Spot on! That is one of the most important things in my mind. I live very
frugally but I live very well!

------
espeed
I took much of last year off to focus on learning the technologies needed to
build the product for my startup -- graph databases was the big one, and
during the time I built Bulbs (<https://github.com/espeed/bulbs>), a Python
framework for graph databases like Neo4j Server.

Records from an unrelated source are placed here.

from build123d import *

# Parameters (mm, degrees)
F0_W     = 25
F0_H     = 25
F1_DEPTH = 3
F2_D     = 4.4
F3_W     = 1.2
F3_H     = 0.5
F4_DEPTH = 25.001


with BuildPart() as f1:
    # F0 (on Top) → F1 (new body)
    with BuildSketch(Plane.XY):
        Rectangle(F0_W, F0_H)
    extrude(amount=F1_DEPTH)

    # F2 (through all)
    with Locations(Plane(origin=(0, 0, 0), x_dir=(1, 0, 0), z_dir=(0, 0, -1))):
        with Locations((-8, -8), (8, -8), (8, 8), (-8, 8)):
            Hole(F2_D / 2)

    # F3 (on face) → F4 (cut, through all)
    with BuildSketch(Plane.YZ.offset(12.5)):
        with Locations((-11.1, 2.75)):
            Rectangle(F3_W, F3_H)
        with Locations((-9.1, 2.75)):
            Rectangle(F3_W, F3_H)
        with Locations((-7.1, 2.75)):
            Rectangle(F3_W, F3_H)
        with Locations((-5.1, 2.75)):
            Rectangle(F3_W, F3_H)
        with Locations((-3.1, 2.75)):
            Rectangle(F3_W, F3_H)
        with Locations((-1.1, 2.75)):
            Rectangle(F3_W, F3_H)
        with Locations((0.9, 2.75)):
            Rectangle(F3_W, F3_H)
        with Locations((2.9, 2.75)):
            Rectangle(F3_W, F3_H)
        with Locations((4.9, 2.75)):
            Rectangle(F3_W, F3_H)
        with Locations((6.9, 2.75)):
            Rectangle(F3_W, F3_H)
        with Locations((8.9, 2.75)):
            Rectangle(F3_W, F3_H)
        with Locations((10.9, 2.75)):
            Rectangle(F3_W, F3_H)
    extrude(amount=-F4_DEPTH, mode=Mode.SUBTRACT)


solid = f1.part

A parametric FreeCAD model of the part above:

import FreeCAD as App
import Part
import Sketcher


def add_polygon(sketch, points):
    """Adds a closed chain of lines whose ends are joined by coincident constraints."""
    first, n = sketch.GeometryCount, len(points)
    for a, b in zip(points, points[1:] + points[:1]):
        sketch.addGeometry(Part.LineSegment(App.Vector(*a, 0), App.Vector(*b, 0)), False)
    for i in range(n):
        sketch.addConstraint(Sketcher.Constraint("Coincident", first + i, 2, first + (i + 1) % n, 1))

doc = App.newDocument("Part")
body = doc.addObject("PartDesign::Body", "Body")

sketch1 = body.newObject("Sketcher::SketchObject", "Sketch")
sketch1.AttachmentSupport = (doc.getObject("XY_Plane"), [""])
sketch1.MapMode = "FlatFace"
add_polygon(sketch1, [(-12, 12), (-12, -12), (12, -12), (12, 12)])
sketch1.addConstraint([
    Sketcher.Constraint("Vertical", 0),
    Sketcher.Constraint("Horizontal", 1),
    Sketcher.Constraint("Vertical", 2),
    Sketcher.Constraint("Horizontal", 3),
    Sketcher.Constraint("Symmetric", 0, 2, 2, 2, -1, 1),
    Sketcher.Constraint("Equal", 3, 0),
    Sketcher.Constraint("DistanceX", 1, 1, 1, 2, 25.0),
])
pad1 = body.newObject("PartDesign::Pad", "Pad")
pad1.Profile = sketch1
pad1.Length = 3

sketch2 = body.newObject("Sketcher::SketchObject", "Sketch001")
sketch2.AttachmentSupport = (doc.getObject("XY_Plane"), [""])
sketch2.MapMode = "FlatFace"
sketch2.addGeometry([
    Part.Circle(App.Vector(-8, 8, 0), App.Vector(0, 0, 1), 2.2),
    Part.Circle(App.Vector(8, 8, 0), App.Vector(0, 0, 1), 2.2),
    Part.Circle(App.Vector(8, -8, 0), App.Vector(0, 0, 1), 2.2),
    Part.Circle(App.Vector(-8, -8, 0), App.Vector(0, 0, 1), 2.2),
], False)
sketch2.addConstraint([
    Sketcher.Constraint("Equal", 0, 1),
    Sketcher.Constraint("Equal", 1, 2),
    Sketcher.Constraint("Equal", 2, 3),
    Sketcher.Constraint("Symmetric", 0, 3, 2, 3, -1, 1),
    Sketcher.Constraint("Symmetric", 1, 3, 3, 3, -1, 1),
    Sketcher.Constraint("Symmetric", 0, 3, 1, 3, -2),
    Sketcher.Constraint("Diameter", 0, 4.4),
    Sketcher.Constraint("DistanceX", 0, 3, -1, 1, 8.0),
    Sketcher.Constraint("DistanceY", -1, 1, 0, 3, 8.0),
])
doc.recompute()
hole = body.newObject("PartDesign::Hole", "Hole")
hole.Profile = sketch2
hole.ThreadType = "None"
hole.Diameter = 4.4
hole.DepthType = "ThroughAll"
hole.Reversed = True

sketch3 = body.newObject("Sketcher::SketchObject", "Sketch002")
sketch3.AttachmentSupport = (doc.getObject("YZ_Plane"), [""])
sketch3.MapMode = "FlatFace"
sketch3.AttachmentOffset = App.Placement(App.Vector(0, 0, 12.5), App.Rotation())
add_polygon(sketch3, [(-11.7, 3), (-11.7, 2.5), (-10.5, 2.5), (-10.5, 3)])
add_polygon(sketch3, [(-9.7, 3), (-9.7, 2.5), (-8.5, 2.5), (-8.5, 3)])
add_polygon(sketch3, [(-7.7, 3), (-7.7, 2.5), (-6.5, 2.5), (-6.5, 3)])
add_polygon(sketch3, [(-5.7, 3), (-5.7, 2.5), (-4.5, 2.5), (-4.5, 3)])
add_polygon(sketch3, [(-3.7, 3), (-3.7, 2.5), (-2.5, 2.5), (-2.5, 3)])
add_polygon(sketch3, [(-1.7, 3), (-1.7, 2.5), (-0.5, 2.5), (-0.5, 3)])
add_polygon(sketch3, [(0.3, 3), (0.3, 2.5), (1.5, 2.5), (1.5, 3)])
add_polygon(sketch3, [(2.3, 3), (2.3, 2.5), (3.5, 2.5), (3.5, 3)])
add_polygon(sketch3, [(4.3, 3), (4.3, 2.5), (5.5, 2.5), (5.5, 3)])
add_polygon(sketch3, [(6.3, 3), (6.3, 2.5), (7.5, 2.5), (7.5, 3)])
add_polygon(sketch3, [(8.3, 3), (8.3, 2.5), (9.5, 2.5), (9.5, 3)])
add_polygon(sketch3, [(10.3, 3), (10.3, 2.5), (11.5, 2.5), (11.5, 3)])
sketch3.addConstraint([
    Sketcher.Constraint("Vertical", 0),
    Sketcher.Constraint("Horizontal", 1),
    Sketcher.Constraint("Vertical", 2),
    Sketcher.Constraint("Horizontal", 3),
    Sketcher.Constraint("Vertical", 4),
    Sketcher.Constraint("Horizontal", 5),
    Sketcher.Constraint("Vertical", 6),
    Sketcher.Constraint("Horizontal", 7),
    Sketcher.Constraint("Vertical", 8),
    Sketcher.Constraint("Horizontal", 9),
    Sketcher.Constraint("Vertical", 10),
    Sketcher.Constraint("Horizontal", 11),
    Sketcher.Constraint("Vertical", 12),
    Sketcher.Constraint("Horizontal", 13),
    Sketcher.Constraint("Vertical", 14),
    Sketcher.Constraint("Horizontal", 15),
    Sketcher.Constraint("Vertical", 16),
    Sketcher.Constraint("Horizontal", 17),
    Sketcher.Constraint("Vertical", 18),
    Sketcher.Constraint("Horizontal", 19),
    Sketcher.Constraint("Vertical", 20),
    Sketcher.Constraint("Horizontal", 21),
    Sketcher.Constraint("Vertical", 22),
    Sketcher.Constraint("Horizontal", 23),
    Sketcher.Constraint("Vertical", 24),
    Sketcher.Constraint("Horizontal", 25),
    Sketcher.Constraint("Vertical", 26),
    Sketcher.Constraint("Horizontal", 27),
    Sketcher.Constraint("Vertical", 28),
    Sketcher.Constraint("Horizontal", 29),
    Sketcher.Constraint("Vertical", 30),
    Sketcher.Constraint("Horizontal", 31),
    Sketcher.Constraint("Vertical", 32),
    Sketcher.Constraint("Horizontal", 33),
    Sketcher.Constraint("Vertical", 34),
    Sketcher.Constraint("Horizontal", 35),
    Sketcher.Constraint("Vertical", 36),
    Sketcher.Constraint("Horizontal", 37),
    Sketcher.Constraint("Vertical", 38),
    Sketcher.Constraint("Horizontal", 39),
    Sketcher.Constraint("Vertical", 40),
    Sketcher.Constraint("Horizontal", 41),
    Sketcher.Constraint("Vertical", 42),
    Sketcher.Constraint("Horizontal", 43),
    Sketcher.Constraint("Vertical", 44),
    Sketcher.Constraint("Horizontal", 45),
    Sketcher.Constraint("Vertical", 46),
    Sketcher.Constraint("Horizontal", 47),
    Sketcher.Constraint("Horizontal", 1, 2, 4, 2),
    Sketcher.Constraint("Horizontal", 3, 2, 6, 2),
    Sketcher.Constraint("Horizontal", 5, 2, 8, 2),
    Sketcher.Constraint("Horizontal", 7, 2, 10, 2),
    Sketcher.Constraint("Horizontal", 9, 2, 12, 2),
    Sketcher.Constraint("Horizontal", 11, 2, 14, 2),
    Sketcher.Constraint("Horizontal", 13, 2, 16, 2),
    Sketcher.Constraint("Horizontal", 15, 2, 18, 2),
    Sketcher.Constraint("Horizontal", 17, 2, 20, 2),
    Sketcher.Constraint("Horizontal", 19, 2, 22, 2),
    Sketcher.Constraint("Horizontal", 21, 2, 24, 2),
    Sketcher.Constraint("Horizontal", 23, 2, 26, 2),
    Sketcher.Constraint("Horizontal", 25, 2, 28, 2),
    Sketcher.Constraint("Horizontal", 27, 2, 30, 2),
    Sketcher.Constraint("Horizontal", 29, 2, 32, 2),
    Sketcher.Constraint("Horizontal", 31, 2, 34, 2),
    Sketcher.Constraint("Horizontal", 33, 2, 36, 2),
    Sketcher.Constraint("Horizontal", 35, 2, 38, 2),
    Sketcher.Constraint("Horizontal", 37, 2, 40, 2),
    Sketcher.Constraint("Horizontal", 39, 2, 42, 2),
    Sketcher.Constraint("Horizontal", 41, 2, 44, 2),
    Sketcher.Constraint("Horizontal", 43, 2, 46, 2),
    Sketcher.Constraint("Equal", 3, 5),
    Sketcher.Constraint("Equal", 7, 9),
    Sketcher.Constraint("Equal", 11, 13),
    Sketcher.Constraint("Equal", 15, 17),
    Sketcher.Constraint("Equal", 19, 21),
    Sketcher.Constraint("Equal", 23, 25),
    Sketcher.Constraint("Equal", 27, 29),
    Sketcher.Constraint("Equal", 31, 33),
    Sketcher.Constraint("Equal", 35, 37),
    Sketcher.Constraint("Equal", 39, 41),
    Sketcher.Constraint("Equal", 43, 45),
    Sketcher.Constraint("DistanceX", 1, 1, 1, 2, 1.2),
    Sketcher.Constraint("DistanceY", 0, 2, 0, 1, 0.5),
    Sketcher.Constraint("DistanceY", -1, 1, 2, 2, 3.0),
    Sketcher.Constraint("DistanceX", 0, 2, 4, 2, 2.0),
    Sketcher.Constraint("DistanceX", 4, 2, 8, 2, 2.0),
    Sketcher.Constraint("DistanceX", 8, 2, 12, 2, 2.0),
    Sketcher.Constraint("DistanceX", 12, 2, 16, 2, 2.0),
    Sketcher.Constraint("DistanceX", 16, 2, 20, 2, 2.0),
    Sketcher.Constraint("DistanceX", 20, 2, 24, 2, 2.0),
    Sketcher.Constraint("DistanceX", 24, 2, 28, 2, 2.0),
    Sketcher.Constraint("DistanceX", 28, 2, 32, 2, 2.0),
    Sketcher.Constraint("DistanceX", 32, 2, 36, 2, 2.0),
    Sketcher.Constraint("DistanceX", 36, 2, 40, 2, 2.0),
    Sketcher.Constraint("DistanceX", 40, 2, 44, 2, 2.0),
    Sketcher.Constraint("DistanceX", 0, 2, -1, 1, 11.7),
])
pocket1 = body.newObject("PartDesign::Pocket", "Pocket")
pocket1.Profile = sketch3
pocket1.Type = "ThroughAll"

doc.recompute()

Eliminating all distractions has been key -- no side jobs, no girlfriends, no
going out -- a period of complete focus.

Working out and exercising has been critical though for keeping my energy
level up and maintaining mental clarity.

------
FranklinChen
After I dropped out of a theoretical physics Ph.D. program a long time ago, I
decided to try to become a computer programmer. I had not taken a single
computer science course in college. I was lucky that my parents allowed me to
live at home for a year while I spent my entire time teaching myself
programming. A friend told me to learn Scheme, so I went through all of SICP
using my sister's Mac (I did not own a computer at the time). Then I started
to learn C and Unix, hacked a bit with that, learned C++, and applied for jobs
after doing some open source work so that I could have something to show. I
got hired as a software engineer a year after I started my self-study.

------
andrewcooke
i took 3 months off at the end of 2010 because my partner was on sabattical in
the states and i wanted to travel with her (and can't work their due to visa
issues). it was great not working (or more exactly, being able to choose what
i did), but i don't think i learnt much more than i would have in, say, 6-9
months of doing stuff on an evening and at weekends. the biggest win was that
it brought us closer together (another bonus, more particular to my case, was
that living in the usa gave me access to new egg, amazon and adlibris, so i
read a pile and built a new machine - mini-itx based - that came back as hand
luggage) .

financially i didn't have any worries - i had a pile of savings, a job to
return to, and my partner earns enough for us to survive on anyway. one thing
i would suggest is talking to your employer about it - while they may be
unhappy to have you take time off, it is also likely in their interest to take
you back afterwards (assuming you're a decent programmer, which i would guess
is the case if you care about learning) (although a year ago the economy was
heading down, so it made more sense to give me a break then).

------
Loic
> How does it feel to be not earning that time ?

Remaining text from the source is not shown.